#### [ACTION ITEM]
For the material that follows, return exactly the lines from the one with "e20 v17 v14 LINE" through the one with "e26 v22 v22", both ends included.

#### [EXCERPTED DATA]

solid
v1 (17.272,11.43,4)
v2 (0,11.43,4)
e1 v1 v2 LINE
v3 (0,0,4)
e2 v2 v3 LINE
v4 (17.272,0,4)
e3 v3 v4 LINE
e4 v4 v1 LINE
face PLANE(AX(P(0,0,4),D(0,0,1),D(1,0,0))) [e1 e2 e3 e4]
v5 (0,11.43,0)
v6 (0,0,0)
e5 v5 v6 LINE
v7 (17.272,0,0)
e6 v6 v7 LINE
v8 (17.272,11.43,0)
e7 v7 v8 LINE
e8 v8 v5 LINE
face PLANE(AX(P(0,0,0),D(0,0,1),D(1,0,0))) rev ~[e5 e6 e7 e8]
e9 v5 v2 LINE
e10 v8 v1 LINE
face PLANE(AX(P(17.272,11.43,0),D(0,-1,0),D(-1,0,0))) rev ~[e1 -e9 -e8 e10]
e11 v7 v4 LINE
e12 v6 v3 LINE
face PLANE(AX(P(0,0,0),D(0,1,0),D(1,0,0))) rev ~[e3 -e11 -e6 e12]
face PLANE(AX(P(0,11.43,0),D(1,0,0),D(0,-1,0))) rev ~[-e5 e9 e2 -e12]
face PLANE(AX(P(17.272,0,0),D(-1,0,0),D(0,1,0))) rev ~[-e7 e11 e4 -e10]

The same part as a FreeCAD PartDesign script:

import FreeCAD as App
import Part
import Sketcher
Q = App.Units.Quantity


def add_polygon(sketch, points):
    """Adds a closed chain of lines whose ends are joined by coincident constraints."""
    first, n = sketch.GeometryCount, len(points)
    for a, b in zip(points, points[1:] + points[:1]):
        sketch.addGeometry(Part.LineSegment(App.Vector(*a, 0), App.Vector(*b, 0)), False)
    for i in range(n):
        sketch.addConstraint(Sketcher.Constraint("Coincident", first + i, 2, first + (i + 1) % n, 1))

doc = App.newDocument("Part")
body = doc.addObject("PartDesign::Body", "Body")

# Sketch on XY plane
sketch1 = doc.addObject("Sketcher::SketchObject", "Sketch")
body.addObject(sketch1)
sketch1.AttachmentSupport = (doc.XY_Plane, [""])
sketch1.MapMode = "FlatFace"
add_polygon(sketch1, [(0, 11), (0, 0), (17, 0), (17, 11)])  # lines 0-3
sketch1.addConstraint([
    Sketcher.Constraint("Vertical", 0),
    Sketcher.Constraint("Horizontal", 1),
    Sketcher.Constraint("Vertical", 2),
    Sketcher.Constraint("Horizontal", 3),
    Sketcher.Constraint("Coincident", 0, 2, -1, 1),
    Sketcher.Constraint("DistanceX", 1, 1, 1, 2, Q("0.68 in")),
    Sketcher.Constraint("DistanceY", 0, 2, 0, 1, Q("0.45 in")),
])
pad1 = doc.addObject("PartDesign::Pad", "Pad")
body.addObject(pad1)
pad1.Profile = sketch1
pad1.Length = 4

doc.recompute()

---

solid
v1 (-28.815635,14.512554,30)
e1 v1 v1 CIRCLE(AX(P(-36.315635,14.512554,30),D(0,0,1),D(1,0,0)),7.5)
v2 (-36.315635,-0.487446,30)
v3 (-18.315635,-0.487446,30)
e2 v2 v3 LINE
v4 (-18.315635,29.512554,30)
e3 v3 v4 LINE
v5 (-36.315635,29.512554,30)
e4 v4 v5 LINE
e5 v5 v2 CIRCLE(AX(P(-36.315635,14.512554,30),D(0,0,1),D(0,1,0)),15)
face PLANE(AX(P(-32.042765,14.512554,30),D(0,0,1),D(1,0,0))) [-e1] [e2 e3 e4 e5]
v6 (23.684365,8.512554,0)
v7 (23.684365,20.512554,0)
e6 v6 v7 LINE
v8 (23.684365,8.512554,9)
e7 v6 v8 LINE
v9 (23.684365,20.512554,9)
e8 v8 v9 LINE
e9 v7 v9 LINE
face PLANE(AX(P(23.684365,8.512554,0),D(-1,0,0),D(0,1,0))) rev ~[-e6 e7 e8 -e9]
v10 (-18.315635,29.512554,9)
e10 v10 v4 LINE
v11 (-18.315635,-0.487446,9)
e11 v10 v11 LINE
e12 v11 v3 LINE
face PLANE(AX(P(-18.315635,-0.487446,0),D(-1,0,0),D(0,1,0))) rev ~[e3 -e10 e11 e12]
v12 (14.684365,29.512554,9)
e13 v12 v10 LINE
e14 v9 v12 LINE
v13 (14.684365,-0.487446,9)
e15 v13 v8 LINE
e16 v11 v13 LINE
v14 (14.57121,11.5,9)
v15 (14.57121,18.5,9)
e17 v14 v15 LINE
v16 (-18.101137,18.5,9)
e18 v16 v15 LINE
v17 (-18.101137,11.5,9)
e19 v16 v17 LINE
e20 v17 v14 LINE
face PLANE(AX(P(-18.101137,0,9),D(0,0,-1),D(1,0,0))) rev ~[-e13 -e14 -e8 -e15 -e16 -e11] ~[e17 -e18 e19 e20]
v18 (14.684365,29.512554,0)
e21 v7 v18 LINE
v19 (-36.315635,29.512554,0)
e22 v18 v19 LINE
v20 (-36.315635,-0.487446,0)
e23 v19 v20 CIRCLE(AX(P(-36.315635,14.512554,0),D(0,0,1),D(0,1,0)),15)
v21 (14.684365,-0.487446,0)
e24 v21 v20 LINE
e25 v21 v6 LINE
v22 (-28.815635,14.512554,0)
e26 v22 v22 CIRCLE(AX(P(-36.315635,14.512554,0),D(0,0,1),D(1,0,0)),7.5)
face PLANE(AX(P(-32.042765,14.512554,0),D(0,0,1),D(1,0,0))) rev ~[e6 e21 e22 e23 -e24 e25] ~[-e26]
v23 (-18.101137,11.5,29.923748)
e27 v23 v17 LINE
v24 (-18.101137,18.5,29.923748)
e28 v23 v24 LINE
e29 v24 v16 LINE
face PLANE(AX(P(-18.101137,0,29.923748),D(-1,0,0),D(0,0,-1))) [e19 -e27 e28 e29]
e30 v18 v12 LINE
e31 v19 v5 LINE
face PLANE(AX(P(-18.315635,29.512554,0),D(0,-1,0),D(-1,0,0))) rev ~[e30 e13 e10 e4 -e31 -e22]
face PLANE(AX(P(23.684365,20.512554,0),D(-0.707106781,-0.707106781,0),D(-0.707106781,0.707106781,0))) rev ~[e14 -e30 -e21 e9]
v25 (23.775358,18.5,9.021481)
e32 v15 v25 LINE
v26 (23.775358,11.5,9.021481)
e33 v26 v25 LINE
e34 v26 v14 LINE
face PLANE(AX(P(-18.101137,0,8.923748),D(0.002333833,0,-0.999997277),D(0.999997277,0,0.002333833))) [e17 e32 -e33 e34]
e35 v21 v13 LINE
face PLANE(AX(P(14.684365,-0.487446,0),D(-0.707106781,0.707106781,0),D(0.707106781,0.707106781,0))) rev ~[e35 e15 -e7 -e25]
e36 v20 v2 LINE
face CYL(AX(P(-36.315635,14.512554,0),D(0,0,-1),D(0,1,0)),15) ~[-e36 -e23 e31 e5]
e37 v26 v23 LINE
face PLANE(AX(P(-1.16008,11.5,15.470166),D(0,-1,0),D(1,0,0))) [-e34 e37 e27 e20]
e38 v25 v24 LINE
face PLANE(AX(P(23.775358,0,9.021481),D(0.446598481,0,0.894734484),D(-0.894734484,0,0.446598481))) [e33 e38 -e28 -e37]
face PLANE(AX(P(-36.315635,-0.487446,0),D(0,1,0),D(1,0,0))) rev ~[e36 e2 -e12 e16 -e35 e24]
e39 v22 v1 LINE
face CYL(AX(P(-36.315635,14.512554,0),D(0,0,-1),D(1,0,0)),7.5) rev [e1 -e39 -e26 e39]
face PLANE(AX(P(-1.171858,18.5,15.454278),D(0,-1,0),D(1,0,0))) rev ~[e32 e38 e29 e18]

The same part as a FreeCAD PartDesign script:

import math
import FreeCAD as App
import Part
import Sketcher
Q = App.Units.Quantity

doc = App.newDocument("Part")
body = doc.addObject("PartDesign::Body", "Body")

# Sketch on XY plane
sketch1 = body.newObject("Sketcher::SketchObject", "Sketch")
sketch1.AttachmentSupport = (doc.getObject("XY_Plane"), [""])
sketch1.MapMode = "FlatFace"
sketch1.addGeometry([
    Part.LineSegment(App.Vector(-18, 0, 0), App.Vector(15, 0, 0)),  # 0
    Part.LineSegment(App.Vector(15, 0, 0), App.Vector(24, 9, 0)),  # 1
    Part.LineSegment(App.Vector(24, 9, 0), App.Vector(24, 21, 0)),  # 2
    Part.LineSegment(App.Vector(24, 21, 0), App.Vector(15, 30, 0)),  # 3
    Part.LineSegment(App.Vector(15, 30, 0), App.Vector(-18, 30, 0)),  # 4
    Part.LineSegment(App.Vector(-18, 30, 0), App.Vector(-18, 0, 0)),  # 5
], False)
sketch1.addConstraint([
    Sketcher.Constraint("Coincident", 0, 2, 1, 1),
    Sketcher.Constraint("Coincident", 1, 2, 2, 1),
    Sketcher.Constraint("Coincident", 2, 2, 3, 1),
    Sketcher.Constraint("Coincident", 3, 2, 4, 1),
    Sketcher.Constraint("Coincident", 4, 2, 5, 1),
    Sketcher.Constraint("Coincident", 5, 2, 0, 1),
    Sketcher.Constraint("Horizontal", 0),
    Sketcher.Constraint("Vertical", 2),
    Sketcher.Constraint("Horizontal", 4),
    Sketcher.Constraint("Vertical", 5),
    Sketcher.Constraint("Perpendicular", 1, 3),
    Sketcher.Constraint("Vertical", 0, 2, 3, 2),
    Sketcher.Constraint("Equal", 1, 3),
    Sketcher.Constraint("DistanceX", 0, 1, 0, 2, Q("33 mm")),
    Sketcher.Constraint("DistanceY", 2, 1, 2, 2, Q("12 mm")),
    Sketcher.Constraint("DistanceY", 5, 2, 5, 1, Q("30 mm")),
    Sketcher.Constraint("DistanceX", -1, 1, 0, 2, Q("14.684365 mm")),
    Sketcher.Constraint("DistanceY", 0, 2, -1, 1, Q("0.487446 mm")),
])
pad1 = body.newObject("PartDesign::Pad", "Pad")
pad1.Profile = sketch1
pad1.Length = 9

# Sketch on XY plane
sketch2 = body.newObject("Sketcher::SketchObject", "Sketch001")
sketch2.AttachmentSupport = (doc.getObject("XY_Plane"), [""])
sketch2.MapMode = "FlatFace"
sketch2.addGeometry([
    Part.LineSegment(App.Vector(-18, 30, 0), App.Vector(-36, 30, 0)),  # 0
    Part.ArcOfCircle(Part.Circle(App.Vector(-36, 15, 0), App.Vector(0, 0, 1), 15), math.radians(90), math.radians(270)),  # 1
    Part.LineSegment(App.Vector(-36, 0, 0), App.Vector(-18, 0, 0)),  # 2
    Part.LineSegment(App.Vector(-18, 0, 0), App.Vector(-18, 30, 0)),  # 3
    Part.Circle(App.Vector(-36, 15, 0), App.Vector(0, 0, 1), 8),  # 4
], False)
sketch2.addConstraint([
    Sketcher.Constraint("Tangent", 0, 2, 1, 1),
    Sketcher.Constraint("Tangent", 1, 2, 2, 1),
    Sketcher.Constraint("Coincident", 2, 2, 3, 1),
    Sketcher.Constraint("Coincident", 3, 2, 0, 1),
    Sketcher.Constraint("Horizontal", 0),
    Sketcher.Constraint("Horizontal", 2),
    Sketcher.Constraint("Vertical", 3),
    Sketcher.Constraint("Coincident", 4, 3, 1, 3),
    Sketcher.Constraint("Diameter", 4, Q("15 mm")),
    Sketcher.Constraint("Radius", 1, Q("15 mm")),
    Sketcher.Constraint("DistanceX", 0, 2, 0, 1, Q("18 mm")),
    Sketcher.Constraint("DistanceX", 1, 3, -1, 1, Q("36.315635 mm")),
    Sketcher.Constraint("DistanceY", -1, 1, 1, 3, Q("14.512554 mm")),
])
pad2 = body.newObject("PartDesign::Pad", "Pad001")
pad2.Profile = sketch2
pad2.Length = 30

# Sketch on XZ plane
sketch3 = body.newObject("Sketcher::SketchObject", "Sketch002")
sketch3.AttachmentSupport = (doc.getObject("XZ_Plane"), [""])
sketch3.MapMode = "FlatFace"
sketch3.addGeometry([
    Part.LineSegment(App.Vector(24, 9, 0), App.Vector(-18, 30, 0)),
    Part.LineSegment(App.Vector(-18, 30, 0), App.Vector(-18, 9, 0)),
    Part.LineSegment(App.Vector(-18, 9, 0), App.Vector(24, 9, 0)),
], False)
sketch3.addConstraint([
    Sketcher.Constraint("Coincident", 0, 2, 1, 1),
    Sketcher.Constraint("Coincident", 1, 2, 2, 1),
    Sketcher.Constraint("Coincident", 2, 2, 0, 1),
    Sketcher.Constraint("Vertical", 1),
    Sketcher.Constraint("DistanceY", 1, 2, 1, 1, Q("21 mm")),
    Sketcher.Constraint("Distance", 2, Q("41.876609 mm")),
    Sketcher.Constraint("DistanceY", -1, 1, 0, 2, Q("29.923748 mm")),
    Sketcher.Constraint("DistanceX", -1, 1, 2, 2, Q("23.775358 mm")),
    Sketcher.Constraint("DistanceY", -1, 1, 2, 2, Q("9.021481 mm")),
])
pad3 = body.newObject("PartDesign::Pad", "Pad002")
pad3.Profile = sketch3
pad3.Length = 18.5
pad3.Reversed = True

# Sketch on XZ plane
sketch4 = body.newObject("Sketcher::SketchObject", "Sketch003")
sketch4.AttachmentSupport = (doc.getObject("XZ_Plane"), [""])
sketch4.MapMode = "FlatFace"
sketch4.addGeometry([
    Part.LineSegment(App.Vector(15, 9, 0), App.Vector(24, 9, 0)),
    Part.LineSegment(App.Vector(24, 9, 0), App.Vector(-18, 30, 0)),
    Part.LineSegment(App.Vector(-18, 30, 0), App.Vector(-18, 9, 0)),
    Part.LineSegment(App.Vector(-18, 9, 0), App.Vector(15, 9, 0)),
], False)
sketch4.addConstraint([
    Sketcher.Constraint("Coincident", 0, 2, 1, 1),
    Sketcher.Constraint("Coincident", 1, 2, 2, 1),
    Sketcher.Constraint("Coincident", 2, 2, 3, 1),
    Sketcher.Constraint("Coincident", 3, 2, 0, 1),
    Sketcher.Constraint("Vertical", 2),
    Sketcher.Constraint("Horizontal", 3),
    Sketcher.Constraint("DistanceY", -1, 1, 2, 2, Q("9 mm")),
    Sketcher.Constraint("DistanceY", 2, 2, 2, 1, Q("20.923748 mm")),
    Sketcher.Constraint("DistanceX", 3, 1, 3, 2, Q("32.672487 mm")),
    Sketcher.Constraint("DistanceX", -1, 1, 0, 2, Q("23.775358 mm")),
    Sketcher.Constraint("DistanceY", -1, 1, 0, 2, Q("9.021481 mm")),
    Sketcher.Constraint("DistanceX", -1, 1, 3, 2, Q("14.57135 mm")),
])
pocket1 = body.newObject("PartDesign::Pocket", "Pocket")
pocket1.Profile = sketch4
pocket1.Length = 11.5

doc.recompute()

#### [EXERCISE SOLUTION]
e20 v17 v14 LINE
face PLANE(AX(P(-18.101137,0,9),D(0,0,-1),D(1,0,0))) rev ~[-e13 -e14 -e8 -e15 -e16 -e11] ~[e17 -e18 e19 e20]
v18 (14.684365,29.512554,0)
e21 v7 v18 LINE
v19 (-36.315635,29.512554,0)
e22 v18 v19 LINE
v20 (-36.315635,-0.487446,0)
e23 v19 v20 CIRCLE(AX(P(-36.315635,14.512554,0),D(0,0,1),D(0,1,0)),15)
v21 (14.684365,-0.487446,0)
e24 v21 v20 LINE
e25 v21 v6 LINE
v22 (-28.815635,14.512554,0)
e26 v22 v22 CIRCLE(AX(P(-36.315635,14.512554,0),D(0,0,1),D(1,0,0)),7.5)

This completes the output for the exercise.